The MoE work above is about the grouped MoE GEMM. Dense models use a different (non-grouped) matmul path,
so we benchmarked a dense 32B head-to-head. vLLM RedHatAI/Qwen3-32B-NVFP4 (full NVFP4) hangs on this
GB10 / vLLM 0.23.0 stack (deadlocks right after weight-load, 0–3% GPU, no error, both eager + CUDA-graph),
so we used the W4A16 variant (Qwen3-32B-NVFP4A16, 4-bit weights / FP16 activations, FlashInfer marlin
kernel) vs llama.cpp Qwen3-32B-Q4_K_M (4-bit weights / int8-MMQ compute). Both 4-bit weights — a fair
weight-quant comparison; the difference is the compute kernel.
| B | llama Q4_K_M PP | vLLM W4A16 PP | PP gap | llama decode | vLLM decode | TG gap |
|---|---|---|---|---|---|---|
| 1 | 708 | 5367 | 7.6× | 10.2 | 11.7 | ~parity |
| 8 | 761 | 14941 | 20× | 58 | 92 | 1.6× |
| 32 | 763 | 21952 | 29× | 205 | 330 | 1.6× |
| 64 | 765 | 24444 | 32× | 253 | 569 | 2.2× |
Findings:
- Dense prefill has the SAME (larger) kernel gap. llama dense prefill plateaus at ~765 t/s regardless of B; vLLM scales to 24.4k (32×). llama's dense matmul is int8-MMQ; vLLM uses an FP4 (marlin/cutlass) GEMM. And this is a lower bound — full NVFP4 (W4A4) would be faster still (it hung, so we couldn't measure it).
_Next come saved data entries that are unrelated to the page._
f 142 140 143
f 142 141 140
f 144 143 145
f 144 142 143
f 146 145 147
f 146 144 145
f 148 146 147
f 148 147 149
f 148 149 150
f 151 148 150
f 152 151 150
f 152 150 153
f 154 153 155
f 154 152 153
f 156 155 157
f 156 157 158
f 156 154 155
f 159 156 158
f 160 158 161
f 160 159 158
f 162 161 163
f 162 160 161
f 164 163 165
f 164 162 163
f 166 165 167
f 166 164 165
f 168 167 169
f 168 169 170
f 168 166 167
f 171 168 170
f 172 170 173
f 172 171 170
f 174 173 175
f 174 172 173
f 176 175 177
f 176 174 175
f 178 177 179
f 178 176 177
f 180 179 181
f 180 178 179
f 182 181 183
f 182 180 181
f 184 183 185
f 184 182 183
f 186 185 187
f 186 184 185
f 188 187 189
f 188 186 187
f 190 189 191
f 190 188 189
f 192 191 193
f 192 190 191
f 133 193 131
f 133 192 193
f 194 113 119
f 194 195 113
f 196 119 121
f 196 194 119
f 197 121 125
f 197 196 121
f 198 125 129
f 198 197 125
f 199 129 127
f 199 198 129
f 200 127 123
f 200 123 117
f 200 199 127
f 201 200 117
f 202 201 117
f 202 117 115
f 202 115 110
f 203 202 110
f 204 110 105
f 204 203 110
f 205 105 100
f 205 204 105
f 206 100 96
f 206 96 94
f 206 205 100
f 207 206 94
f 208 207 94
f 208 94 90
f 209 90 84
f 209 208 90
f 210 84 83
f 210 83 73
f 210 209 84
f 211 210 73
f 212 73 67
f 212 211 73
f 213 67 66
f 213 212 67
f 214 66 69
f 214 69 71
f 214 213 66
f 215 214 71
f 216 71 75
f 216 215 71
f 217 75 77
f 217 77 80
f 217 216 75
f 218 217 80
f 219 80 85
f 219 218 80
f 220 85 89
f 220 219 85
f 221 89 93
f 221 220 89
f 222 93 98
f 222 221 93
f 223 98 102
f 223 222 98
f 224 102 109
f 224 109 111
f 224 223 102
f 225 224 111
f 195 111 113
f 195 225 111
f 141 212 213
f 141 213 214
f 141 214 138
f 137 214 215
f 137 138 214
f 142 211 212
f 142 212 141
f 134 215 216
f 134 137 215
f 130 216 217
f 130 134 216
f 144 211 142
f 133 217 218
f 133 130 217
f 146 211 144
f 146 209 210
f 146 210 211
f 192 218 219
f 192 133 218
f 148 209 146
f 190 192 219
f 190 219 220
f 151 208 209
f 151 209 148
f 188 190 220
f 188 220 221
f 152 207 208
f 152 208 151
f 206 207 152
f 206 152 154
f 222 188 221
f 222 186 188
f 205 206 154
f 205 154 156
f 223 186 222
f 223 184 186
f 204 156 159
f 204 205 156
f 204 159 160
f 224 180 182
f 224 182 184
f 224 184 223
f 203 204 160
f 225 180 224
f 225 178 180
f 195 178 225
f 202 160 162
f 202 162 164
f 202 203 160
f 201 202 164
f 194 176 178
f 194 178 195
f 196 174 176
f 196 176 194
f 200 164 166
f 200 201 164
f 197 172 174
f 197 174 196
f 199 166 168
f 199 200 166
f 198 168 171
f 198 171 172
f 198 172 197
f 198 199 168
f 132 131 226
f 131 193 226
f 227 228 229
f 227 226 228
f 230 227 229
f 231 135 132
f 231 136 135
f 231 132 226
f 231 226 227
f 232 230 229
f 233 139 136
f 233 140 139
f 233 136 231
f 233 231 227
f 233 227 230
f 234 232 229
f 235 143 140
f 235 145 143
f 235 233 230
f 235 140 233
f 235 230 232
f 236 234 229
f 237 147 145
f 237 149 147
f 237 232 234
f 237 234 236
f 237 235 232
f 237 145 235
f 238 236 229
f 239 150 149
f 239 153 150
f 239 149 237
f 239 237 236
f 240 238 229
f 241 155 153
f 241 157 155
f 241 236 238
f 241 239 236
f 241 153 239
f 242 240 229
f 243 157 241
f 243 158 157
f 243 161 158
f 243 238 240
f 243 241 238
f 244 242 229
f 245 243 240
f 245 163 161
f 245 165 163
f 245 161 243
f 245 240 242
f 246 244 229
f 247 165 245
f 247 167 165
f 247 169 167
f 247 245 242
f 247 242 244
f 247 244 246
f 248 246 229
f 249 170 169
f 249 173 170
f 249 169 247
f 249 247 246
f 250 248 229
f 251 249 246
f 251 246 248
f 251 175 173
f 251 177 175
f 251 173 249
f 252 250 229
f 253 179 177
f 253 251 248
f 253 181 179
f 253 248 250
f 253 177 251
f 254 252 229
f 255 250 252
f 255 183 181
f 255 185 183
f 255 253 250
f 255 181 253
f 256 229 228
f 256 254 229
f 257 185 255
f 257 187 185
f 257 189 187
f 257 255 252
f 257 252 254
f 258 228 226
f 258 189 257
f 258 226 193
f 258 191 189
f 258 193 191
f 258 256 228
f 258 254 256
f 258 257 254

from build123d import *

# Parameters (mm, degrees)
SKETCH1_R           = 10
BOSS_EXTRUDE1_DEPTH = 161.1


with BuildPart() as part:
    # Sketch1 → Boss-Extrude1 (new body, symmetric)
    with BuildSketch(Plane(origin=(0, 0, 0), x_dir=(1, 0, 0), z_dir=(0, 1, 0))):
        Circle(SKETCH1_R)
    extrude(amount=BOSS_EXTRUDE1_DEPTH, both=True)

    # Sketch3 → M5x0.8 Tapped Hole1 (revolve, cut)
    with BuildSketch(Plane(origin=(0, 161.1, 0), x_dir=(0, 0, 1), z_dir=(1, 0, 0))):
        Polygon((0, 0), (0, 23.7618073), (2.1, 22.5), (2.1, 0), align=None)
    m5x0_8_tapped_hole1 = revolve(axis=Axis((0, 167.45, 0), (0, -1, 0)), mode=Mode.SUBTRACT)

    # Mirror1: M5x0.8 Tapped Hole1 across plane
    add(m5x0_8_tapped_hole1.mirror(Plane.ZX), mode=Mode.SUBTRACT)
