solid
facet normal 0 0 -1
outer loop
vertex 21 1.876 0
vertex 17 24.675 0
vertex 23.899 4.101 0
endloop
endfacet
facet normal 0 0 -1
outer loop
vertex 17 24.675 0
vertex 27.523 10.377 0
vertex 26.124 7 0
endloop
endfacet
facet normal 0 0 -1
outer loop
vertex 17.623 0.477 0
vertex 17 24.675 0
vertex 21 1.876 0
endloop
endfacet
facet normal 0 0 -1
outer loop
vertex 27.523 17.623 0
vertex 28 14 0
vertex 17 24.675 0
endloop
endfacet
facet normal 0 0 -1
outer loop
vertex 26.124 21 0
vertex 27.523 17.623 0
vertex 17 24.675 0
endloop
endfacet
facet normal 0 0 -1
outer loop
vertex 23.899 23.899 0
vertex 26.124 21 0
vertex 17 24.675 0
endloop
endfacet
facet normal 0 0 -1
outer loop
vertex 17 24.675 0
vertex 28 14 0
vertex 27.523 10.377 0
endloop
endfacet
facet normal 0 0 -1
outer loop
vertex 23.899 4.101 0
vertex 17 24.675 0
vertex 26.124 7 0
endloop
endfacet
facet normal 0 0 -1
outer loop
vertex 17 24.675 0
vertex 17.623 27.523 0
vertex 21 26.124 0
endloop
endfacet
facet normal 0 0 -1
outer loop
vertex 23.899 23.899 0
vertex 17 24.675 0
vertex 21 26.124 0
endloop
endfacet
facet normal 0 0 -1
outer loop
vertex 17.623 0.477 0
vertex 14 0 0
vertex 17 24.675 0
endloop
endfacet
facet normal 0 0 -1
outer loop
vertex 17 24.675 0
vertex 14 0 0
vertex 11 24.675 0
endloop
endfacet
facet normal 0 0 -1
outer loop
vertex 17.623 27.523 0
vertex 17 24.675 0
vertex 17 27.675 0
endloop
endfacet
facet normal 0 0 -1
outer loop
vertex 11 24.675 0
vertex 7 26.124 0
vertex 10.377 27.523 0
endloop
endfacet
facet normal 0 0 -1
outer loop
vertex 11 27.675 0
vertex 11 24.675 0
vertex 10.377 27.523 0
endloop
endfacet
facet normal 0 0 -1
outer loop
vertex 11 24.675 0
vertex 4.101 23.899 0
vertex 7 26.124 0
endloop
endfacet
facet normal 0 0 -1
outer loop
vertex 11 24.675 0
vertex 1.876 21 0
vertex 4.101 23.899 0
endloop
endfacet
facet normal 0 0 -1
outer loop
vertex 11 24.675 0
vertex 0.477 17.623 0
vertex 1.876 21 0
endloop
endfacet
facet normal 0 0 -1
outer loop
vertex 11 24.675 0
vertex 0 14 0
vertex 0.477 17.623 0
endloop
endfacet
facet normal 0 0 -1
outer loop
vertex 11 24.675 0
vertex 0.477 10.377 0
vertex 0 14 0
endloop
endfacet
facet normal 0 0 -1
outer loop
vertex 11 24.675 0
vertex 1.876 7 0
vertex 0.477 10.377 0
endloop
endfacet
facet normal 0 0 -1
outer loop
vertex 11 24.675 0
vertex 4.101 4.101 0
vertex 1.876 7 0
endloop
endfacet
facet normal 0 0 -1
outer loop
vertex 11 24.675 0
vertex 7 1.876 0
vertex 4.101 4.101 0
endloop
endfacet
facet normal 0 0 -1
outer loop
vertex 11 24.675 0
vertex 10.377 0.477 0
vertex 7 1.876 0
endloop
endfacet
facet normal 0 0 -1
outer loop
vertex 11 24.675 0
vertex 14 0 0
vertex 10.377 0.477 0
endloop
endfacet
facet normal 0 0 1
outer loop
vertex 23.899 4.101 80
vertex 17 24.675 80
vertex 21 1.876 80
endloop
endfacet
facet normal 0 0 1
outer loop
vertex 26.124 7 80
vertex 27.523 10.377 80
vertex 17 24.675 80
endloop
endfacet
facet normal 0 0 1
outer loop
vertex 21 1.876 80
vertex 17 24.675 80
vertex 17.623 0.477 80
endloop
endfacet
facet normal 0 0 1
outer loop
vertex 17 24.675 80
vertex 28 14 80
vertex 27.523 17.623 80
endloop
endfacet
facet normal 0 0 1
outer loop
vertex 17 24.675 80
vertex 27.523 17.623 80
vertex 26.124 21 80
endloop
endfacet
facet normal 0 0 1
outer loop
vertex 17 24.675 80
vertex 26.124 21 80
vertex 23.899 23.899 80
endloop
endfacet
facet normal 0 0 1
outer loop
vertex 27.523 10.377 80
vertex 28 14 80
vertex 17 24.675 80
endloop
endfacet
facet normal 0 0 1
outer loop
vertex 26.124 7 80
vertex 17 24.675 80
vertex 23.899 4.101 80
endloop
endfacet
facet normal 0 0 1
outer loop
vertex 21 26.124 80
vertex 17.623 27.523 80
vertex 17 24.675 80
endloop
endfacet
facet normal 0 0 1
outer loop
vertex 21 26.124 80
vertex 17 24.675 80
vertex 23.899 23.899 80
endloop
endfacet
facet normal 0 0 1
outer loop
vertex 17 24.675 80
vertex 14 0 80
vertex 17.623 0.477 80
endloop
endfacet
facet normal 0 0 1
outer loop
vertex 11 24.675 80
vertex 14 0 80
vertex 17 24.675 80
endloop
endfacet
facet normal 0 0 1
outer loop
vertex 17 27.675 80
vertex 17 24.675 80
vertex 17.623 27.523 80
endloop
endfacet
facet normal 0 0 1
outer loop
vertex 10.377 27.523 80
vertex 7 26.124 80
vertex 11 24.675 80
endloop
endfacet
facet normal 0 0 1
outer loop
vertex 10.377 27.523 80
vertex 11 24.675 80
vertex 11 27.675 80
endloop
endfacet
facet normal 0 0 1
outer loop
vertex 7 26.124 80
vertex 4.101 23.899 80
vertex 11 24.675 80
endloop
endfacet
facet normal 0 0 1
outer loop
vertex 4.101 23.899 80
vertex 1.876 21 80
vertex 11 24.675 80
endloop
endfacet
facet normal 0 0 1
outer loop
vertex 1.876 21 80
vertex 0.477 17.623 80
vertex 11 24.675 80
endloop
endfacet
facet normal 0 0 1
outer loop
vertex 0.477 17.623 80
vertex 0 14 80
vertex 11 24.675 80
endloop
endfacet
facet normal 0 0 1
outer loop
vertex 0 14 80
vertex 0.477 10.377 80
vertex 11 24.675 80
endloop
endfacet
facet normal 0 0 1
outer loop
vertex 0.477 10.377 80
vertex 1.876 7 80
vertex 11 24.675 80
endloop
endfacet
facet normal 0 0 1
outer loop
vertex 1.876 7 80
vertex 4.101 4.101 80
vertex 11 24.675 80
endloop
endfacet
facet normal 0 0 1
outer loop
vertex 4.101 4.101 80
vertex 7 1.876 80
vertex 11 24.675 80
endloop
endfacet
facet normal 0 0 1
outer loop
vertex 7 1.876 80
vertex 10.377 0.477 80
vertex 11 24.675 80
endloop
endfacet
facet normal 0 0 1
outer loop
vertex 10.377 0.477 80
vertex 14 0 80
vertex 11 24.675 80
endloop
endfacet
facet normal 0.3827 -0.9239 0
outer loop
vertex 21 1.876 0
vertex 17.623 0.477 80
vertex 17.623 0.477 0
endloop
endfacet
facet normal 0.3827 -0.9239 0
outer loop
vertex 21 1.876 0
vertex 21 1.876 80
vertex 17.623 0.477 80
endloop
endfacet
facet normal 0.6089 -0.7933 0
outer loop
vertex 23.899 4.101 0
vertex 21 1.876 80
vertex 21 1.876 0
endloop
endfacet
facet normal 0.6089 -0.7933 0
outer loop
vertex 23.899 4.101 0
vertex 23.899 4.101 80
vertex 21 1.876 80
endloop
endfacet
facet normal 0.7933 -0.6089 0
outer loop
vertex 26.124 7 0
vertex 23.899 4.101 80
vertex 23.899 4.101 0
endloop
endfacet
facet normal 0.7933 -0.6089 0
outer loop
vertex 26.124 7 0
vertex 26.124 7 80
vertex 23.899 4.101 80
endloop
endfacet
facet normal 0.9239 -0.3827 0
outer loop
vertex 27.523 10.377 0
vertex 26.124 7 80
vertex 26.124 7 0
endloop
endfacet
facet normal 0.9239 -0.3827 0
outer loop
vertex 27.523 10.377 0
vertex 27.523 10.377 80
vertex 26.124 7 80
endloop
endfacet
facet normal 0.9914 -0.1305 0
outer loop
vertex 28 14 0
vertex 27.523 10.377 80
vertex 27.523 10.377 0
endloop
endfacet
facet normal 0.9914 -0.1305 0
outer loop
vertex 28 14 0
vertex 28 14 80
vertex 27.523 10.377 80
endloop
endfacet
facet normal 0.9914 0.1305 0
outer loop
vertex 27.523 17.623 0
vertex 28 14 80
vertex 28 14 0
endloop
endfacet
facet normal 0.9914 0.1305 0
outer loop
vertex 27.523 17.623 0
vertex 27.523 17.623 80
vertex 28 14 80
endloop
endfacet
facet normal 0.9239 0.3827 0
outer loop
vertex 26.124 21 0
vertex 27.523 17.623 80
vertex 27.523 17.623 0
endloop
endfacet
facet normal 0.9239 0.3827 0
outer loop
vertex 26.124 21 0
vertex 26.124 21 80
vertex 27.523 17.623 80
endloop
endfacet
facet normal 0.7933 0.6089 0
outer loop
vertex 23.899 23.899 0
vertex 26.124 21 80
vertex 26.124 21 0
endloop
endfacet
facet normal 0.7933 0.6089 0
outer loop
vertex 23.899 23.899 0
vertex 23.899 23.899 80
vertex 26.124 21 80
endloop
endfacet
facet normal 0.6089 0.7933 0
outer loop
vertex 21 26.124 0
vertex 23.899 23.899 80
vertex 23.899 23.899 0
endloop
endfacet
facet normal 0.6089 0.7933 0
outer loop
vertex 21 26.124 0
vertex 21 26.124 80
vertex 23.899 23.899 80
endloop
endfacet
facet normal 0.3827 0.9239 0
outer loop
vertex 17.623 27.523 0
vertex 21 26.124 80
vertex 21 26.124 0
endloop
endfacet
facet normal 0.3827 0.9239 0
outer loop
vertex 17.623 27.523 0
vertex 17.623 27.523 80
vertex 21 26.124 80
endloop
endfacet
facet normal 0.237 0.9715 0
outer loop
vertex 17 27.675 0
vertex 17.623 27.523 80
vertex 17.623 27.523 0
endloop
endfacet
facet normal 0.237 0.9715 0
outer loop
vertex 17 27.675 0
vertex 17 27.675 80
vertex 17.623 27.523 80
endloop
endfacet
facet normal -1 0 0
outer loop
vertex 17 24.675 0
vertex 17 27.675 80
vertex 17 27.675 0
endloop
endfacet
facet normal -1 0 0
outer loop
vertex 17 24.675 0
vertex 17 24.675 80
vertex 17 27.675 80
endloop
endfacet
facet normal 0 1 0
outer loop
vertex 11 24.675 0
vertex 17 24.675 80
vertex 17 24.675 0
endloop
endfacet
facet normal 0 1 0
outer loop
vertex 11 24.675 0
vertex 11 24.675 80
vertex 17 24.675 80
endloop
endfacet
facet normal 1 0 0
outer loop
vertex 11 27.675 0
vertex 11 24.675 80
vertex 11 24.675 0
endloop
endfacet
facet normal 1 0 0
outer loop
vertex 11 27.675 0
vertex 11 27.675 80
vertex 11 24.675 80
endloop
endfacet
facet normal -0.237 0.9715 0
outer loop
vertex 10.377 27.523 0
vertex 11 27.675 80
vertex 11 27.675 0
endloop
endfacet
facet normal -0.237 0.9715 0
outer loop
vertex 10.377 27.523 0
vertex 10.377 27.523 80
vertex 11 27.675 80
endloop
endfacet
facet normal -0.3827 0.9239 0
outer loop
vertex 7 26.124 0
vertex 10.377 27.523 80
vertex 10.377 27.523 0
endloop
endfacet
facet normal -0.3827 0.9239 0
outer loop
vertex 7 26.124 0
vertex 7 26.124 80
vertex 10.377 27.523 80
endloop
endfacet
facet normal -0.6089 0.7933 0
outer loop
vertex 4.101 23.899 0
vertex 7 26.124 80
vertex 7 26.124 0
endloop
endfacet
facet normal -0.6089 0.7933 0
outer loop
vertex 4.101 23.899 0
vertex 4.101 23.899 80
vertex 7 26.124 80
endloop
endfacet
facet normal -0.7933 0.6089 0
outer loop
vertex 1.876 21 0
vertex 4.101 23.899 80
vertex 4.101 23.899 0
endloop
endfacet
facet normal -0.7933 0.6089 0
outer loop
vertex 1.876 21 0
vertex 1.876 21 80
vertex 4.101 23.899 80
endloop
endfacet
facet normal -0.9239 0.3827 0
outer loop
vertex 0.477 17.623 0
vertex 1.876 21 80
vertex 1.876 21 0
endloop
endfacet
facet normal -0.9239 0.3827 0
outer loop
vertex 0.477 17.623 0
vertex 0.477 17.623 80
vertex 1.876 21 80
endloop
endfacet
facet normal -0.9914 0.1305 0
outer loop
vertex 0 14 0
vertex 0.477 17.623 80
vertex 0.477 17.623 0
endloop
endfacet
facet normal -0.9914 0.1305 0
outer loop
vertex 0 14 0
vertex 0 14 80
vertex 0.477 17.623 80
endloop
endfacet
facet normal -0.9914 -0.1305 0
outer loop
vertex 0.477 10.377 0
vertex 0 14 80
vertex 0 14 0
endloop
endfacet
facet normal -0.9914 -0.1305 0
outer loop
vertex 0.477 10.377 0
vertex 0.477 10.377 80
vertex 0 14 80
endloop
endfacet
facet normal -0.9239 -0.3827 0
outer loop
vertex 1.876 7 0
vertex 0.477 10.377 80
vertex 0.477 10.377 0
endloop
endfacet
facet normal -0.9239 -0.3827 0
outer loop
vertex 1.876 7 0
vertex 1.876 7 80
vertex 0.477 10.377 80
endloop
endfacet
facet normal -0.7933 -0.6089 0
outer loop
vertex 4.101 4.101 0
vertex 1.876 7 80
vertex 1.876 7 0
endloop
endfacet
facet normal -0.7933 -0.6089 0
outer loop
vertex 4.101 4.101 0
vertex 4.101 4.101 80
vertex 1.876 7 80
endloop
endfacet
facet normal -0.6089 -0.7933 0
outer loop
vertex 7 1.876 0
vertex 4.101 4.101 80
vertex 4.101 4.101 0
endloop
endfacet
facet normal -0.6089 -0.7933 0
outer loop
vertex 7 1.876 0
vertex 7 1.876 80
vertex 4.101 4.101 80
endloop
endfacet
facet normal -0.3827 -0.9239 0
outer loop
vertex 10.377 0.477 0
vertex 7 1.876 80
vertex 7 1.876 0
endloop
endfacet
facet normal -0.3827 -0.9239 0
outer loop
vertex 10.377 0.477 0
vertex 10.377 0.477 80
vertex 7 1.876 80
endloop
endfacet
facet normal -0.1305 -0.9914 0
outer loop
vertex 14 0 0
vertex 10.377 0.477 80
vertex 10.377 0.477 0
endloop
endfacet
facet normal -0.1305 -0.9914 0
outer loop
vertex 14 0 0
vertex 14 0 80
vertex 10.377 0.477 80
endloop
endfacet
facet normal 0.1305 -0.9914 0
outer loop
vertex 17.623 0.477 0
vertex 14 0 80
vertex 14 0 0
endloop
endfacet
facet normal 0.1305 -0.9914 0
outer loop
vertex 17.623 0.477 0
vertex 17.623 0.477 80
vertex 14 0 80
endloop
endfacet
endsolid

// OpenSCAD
$fn = 32;

// ----------------------------------------------------------------------
// Keyway shaft: d28 shaft, key 6 x 3 mm
// ----------------------------------------------------------------------

// --- parameters (mm) ---
shaft_r = 14;             // shaft radius
key_w = 6;                // keyway width
key_d = 3;                // keyway depth below the surface line
plate_t = 80;             // shaft length, Z (extrusion height)

shaft_d = 2 * shaft_r;  // shaft diameter
circle_step = 15;  // polygon sampling step, degrees

profile = [[10.377, 27.523], [7, 26.124], [4.101, 23.899], [1.876, 21], [0.477, 17.623], [0, 14], [0.477, 10.377], [1.876, 7], [4.101, 4.101], [7, 1.876], [10.377, 0.477], [14, 0], [17.623, 0.477], [21, 1.876], [23.899, 4.101], [26.124, 7], [27.523, 10.377], [28, 14], [27.523, 17.623], [26.124, 21], [23.899, 23.899], [21, 26.124], [17.623, 27.523], [17, 27.675], [17, 24.675], [11, 24.675], [11, 27.675]];  // primary outline, 27 points, counter clockwise

// --- the one profile operation ---
linear_extrude(height = plate_t) polygon(points = profile);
- Decode is ~parity at B=1 (10.2 vs 11.7 — both weight-bandwidth-bound reading 4-bit weights), and the gap grows with batch (compute starts to matter → the kernel gap reappears: 2.2× at B=64).
- Scope decision (the reason for this benchmark): the Lever-3 kernel track must also deliver a NON-grouped block-scaled FP4 GEMM for dense, not only the MoE grouped GEMM. The dense GEMM is the simpler of the two (a plain CUTLASS dense GEMM), so it's a good first kernel to land — and it benefits every dense model.
- Aside: full NVFP4 (W4A4) is currently unusable for dense on this vLLM/GB10 build — worth revisiting on a newer vLLM, and a point in llama.cpp's favor (its 4-bit dense path at least runs).
So, honestly, where parity stands
- Decode single-stream: already at/above parity (B=1: 83 vs 48).
- Decode concurrency: a real, engine-addressable gap the paged series can narrow (0004 on-demand pool + 0005 continuous batching). Target: close the 2.5–3.7× at B≥8.
- Prefill: kernel-bound, not engine-bound. No amount of paging reaches vLLM here; that's a separate track.
Series status when measured: 0001 (vendor) + 0002 (placement, token-identical) done; 0003 (gather-read) turn-key-planned, not yet implemented. These numbers are the baseline the engine patches must improve on at B≥8 decode — re-run this table after 0004/0005 to show the concurrency gap closing.